Task goal: Copy exactly the lines of the data below that run from the line holding "f 444 443 234" through the line holding "f 128 291 294", both ends included.

Provided records:
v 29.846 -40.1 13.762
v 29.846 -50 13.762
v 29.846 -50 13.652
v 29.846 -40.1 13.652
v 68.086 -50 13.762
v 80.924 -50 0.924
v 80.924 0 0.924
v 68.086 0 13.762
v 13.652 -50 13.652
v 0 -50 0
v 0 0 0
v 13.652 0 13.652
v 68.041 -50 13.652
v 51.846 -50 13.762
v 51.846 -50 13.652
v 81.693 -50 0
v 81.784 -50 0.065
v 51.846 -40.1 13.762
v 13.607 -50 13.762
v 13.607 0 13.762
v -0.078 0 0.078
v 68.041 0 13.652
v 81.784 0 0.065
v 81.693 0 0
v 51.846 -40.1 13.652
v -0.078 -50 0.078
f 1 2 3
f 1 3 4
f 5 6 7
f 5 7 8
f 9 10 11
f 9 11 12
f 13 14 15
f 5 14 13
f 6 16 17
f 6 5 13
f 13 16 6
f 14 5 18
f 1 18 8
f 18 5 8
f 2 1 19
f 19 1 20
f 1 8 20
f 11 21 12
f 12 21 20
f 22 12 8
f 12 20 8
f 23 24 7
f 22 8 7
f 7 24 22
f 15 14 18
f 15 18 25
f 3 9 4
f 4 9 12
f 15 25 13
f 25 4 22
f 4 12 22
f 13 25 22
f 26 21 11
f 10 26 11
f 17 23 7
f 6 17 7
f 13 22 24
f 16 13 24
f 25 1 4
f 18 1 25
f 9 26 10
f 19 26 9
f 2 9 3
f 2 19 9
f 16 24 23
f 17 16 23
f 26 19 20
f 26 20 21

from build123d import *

# Parameters (mm, degrees)
F1_DEPTH = 50
F2_W     = 22
F2_H     = 9.5
F3_DEPTH = 13.7632765638
F4_DEPTH = 0.4


with BuildPart() as f1:
    # F0 (on Front) → F1 (new body)
    with BuildSketch(Plane.XZ):
        Polygon((-0.0777817459, 0.0777817459), (0, 0), (13.6522765638, 13.6522765638), (68.0406461445, 13.6522765638), (81.6929227083, 0), (81.7835545517, 0.0649316484), (80.9242431001, 0.9242431001), (68.0862096363, 13.7622765638), (13.606713072, 13.7622765638), align=None)
    extrude(amount=F1_DEPTH)

    # F2 (on face) → F3 (cut, through all)
    with BuildSketch(Plane.XY.offset(13.7622765638)):
        with Locations((40.8464613542, -45.25)):
            Rectangle(F2_W, F2_H)
    extrude(amount=-F3_DEPTH, mode=Mode.SUBTRACT)

    # F4 (cut): a face of the model
    f4_faces = [f1.faces().sort_by_distance(p)[0] for p in [
        (40.8464613542, -40.5, 13.7072765638),
    ]]
    extrude(f4_faces, amount=-F4_DEPTH, mode=Mode.SUBTRACT)


solid = f1.part
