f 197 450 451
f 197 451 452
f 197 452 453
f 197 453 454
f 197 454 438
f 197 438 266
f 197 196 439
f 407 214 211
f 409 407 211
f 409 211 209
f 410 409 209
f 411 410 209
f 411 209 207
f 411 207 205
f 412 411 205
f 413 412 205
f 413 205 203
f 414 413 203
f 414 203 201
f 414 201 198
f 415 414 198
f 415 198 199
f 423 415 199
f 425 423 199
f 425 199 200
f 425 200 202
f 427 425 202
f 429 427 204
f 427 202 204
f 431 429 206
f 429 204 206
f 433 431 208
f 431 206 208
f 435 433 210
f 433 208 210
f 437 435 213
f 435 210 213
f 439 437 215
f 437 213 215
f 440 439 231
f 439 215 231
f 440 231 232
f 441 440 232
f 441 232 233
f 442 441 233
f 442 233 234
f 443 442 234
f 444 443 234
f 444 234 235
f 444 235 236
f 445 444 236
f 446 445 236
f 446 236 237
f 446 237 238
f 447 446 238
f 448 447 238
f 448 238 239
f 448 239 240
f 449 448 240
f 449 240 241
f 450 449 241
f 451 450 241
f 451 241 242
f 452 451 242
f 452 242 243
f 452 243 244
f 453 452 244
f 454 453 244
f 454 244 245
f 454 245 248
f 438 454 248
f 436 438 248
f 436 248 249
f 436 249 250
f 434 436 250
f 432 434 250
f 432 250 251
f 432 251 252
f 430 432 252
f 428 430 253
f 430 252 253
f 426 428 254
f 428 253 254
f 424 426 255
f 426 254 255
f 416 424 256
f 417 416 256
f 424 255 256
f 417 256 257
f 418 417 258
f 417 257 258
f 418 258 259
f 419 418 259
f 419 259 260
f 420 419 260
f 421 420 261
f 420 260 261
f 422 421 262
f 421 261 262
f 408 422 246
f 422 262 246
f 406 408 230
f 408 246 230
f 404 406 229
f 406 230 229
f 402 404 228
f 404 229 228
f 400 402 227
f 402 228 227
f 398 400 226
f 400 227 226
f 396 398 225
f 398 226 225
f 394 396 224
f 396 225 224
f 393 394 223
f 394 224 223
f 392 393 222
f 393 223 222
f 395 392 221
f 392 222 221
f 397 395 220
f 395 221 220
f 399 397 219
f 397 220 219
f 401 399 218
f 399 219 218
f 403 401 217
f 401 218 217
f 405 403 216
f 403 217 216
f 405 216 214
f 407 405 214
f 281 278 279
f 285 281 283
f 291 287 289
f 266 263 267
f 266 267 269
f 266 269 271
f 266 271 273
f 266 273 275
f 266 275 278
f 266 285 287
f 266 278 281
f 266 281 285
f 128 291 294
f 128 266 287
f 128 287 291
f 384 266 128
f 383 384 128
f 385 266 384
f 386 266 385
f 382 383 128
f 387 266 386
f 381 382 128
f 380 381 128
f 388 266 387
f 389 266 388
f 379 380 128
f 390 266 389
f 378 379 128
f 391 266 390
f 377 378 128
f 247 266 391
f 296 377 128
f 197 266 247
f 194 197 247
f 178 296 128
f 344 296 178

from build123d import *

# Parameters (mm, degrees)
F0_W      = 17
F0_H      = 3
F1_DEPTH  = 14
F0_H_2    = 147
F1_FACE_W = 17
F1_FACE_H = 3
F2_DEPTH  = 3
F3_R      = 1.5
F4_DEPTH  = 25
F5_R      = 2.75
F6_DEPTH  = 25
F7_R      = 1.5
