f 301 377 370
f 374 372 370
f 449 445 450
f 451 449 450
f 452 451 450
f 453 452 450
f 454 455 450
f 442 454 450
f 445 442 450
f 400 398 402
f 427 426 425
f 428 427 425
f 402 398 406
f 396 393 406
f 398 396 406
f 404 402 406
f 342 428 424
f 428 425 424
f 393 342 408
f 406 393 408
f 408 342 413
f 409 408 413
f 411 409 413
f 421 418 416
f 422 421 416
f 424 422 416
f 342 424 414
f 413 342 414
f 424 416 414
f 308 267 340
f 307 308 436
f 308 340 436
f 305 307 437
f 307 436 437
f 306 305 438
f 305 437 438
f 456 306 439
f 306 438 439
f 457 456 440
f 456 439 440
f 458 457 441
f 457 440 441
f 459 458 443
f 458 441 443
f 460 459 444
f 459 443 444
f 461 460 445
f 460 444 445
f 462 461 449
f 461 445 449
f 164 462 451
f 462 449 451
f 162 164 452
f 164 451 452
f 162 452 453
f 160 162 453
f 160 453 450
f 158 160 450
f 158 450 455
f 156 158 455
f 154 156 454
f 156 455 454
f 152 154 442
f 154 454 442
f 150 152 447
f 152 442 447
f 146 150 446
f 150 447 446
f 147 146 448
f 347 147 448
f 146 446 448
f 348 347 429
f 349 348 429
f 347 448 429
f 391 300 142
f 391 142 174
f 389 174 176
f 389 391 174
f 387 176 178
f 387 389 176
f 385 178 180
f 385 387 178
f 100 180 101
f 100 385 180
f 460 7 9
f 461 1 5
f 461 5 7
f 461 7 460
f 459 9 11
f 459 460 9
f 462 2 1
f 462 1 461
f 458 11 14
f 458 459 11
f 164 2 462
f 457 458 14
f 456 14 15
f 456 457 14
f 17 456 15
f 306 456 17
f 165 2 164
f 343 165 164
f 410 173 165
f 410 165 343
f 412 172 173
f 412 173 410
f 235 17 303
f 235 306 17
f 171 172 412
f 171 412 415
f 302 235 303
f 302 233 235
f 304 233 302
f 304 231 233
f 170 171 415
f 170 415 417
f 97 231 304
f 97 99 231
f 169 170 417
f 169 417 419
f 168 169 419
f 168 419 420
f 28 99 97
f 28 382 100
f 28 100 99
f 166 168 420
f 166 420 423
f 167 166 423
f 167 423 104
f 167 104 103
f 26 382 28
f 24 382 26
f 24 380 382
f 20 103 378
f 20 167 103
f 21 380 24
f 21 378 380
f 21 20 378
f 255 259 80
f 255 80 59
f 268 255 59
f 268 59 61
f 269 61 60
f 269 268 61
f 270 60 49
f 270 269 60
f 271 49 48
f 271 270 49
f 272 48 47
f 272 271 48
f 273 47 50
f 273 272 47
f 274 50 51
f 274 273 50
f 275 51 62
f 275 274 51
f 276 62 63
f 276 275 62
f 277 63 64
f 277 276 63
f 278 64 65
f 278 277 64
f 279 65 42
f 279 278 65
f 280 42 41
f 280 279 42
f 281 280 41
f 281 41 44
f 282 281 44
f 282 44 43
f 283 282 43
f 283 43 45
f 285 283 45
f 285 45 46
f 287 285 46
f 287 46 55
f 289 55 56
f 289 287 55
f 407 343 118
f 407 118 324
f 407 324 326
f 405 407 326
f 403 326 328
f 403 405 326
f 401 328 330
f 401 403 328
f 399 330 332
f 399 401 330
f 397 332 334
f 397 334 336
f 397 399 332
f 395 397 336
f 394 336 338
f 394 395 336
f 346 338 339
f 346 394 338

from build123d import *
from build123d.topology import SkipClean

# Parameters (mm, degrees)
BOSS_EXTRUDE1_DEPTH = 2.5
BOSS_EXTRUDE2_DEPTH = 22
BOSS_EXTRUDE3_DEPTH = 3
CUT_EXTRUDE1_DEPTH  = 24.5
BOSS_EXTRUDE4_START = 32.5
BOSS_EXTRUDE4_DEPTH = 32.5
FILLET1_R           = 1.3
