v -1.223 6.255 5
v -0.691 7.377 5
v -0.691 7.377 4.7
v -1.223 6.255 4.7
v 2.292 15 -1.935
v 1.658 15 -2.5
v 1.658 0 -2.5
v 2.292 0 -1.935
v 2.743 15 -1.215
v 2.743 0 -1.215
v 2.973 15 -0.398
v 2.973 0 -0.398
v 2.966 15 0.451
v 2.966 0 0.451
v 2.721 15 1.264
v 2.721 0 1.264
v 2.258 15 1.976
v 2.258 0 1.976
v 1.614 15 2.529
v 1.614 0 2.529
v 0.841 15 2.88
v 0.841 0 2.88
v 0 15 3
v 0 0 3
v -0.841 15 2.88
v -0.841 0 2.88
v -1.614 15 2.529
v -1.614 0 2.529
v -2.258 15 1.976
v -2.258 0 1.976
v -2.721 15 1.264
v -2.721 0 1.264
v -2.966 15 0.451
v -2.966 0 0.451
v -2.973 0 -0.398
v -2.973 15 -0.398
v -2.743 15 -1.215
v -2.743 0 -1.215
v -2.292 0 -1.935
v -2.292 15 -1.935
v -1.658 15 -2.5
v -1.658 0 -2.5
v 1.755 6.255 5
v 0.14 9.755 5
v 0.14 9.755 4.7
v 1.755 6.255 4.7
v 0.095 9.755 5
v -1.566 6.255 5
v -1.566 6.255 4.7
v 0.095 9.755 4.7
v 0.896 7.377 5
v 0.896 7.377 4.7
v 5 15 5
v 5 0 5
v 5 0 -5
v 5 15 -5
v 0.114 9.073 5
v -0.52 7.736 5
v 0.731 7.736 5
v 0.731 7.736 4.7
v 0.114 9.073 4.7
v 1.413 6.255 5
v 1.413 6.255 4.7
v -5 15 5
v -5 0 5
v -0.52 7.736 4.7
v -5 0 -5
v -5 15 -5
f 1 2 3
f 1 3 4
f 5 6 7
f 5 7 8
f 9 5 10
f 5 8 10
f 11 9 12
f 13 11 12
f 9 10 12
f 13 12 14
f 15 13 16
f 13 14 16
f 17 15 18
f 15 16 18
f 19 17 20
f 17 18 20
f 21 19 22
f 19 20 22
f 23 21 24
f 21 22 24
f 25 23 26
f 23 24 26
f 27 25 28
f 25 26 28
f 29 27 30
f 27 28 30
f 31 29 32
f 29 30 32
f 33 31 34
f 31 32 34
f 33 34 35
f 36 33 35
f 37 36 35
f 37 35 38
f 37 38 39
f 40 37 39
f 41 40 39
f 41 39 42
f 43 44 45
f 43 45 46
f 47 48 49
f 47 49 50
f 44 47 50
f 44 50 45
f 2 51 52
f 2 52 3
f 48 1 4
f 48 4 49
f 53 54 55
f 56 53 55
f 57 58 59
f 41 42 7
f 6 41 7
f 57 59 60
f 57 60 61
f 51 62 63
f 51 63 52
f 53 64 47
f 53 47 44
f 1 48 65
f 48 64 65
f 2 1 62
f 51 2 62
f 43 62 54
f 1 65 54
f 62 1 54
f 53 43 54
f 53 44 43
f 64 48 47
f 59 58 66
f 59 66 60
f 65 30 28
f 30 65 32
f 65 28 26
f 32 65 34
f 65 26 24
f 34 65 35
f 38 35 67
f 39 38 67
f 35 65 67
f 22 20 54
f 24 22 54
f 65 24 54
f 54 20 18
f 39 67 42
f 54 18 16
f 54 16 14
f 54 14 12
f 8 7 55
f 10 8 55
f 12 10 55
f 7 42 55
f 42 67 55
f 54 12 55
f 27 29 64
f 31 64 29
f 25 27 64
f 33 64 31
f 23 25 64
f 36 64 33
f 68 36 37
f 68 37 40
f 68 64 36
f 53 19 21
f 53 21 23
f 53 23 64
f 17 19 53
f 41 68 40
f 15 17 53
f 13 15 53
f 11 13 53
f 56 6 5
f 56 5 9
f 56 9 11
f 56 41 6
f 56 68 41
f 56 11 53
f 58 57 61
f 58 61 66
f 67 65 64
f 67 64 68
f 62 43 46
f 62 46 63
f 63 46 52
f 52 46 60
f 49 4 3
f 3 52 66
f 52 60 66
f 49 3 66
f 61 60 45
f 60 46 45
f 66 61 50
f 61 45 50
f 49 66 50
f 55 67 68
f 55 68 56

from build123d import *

# Parameters (mm, degrees)
SKETCH1_W           = 10
SKETCH1_H           = 10
BOSS_EXTRUDE1_DEPTH = 15
CUT_EXTRUDE1_DEPTH  = 0.3


with BuildPart() as part:
    # Sketch1 → Boss-Extrude1 (new body)
    with BuildSketch(Plane(origin=(0, 0, 0), x_dir=(1, 0, 0), z_dir=(0, 1, 0))):
        Rectangle(SKETCH1_W, SKETCH1_H)
        with BuildLine():
            Line((-1.658312395, 2.5), (1.658312395, 2.5))
            ThreePointArc((1.658312395, 2.5), (0, -3), (-1.658312395, 2.5))
        make_face(mode=Mode.SUBTRACT)
    extrude(amount=BOSS_EXTRUDE1_DEPTH)

    # Sketch2 → Cut-Extrude1 (cut)
    with BuildSketch(Plane.XY.offset(5)):
        Polygon((0.139535008, 9.754838654), (1.754919623, 6.254838654), (1.413473309, 6.254838654), (0.896045424, 7.376633526), (-0.690593197, 7.376633526), (-1.22274464, 6.254838654), (-1.565593197, 6.254838654), (0.094663213, 9.754838654), align=None)
        Polygon((0.113593501, 9.072647148), (-0.520220601, 7.735607885), (0.730580681, 7.735607885), align=None, mode=Mode.SUBTRACT)
    extrude(amount=-CUT_EXTRUDE1_DEPTH, mode=Mode.SUBTRACT)


solid = part.part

Solved exercise:
f 444 443 234
f 444 234 235
f 444 235 236
f 445 444 236
f 446 445 236
f 446 236 237
f 446 237 238
f 447 446 238
f 448 447 238
f 448 238 239
f 448 239 240
f 449 448 240
f 449 240 241
f 450 449 241
f 451 450 241
f 451 241 242
f 452 451 242
f 452 242 243
f 452 243 244
f 453 452 244
f 454 453 244
f 454 244 245
f 454 245 248
f 438 454 248
f 436 438 248
f 436 248 249
f 436 249 250
f 434 436 250
f 432 434 250
f 432 250 251
f 432 251 252
f 430 432 252
f 428 430 253
f 430 252 253
f 426 428 254
f 428 253 254
f 424 426 255
f 426 254 255
f 416 424 256
f 417 416 256
f 424 255 256
f 417 256 257
f 418 417 258
f 417 257 258
f 418 258 259
f 419 418 259
f 419 259 260
f 420 419 260
f 421 420 261
f 420 260 261
f 422 421 262
f 421 261 262
f 408 422 246
f 422 262 246
f 406 408 230
f 408 246 230
f 404 406 229
f 406 230 229
f 402 404 228
f 404 229 228
f 400 402 227
f 402 228 227
f 398 400 226
f 400 227 226
f 396 398 225
f 398 226 225
f 394 396 224
f 396 225 224
f 393 394 223
f 394 224 223
f 392 393 222
f 393 223 222
f 395 392 221
f 392 222 221
f 397 395 220
f 395 221 220
f 399 397 219
f 397 220 219
f 401 399 218
f 399 219 218
f 403 401 217
f 401 218 217
f 405 403 216
f 403 217 216
f 405 216 214
f 407 405 214
f 281 278 279
f 285 281 283
f 291 287 289
f 266 263 267
f 266 267 269
f 266 269 271
f 266 271 273
f 266 273 275
f 266 275 278
f 266 285 287
f 266 278 281
f 266 281 285
f 128 291 294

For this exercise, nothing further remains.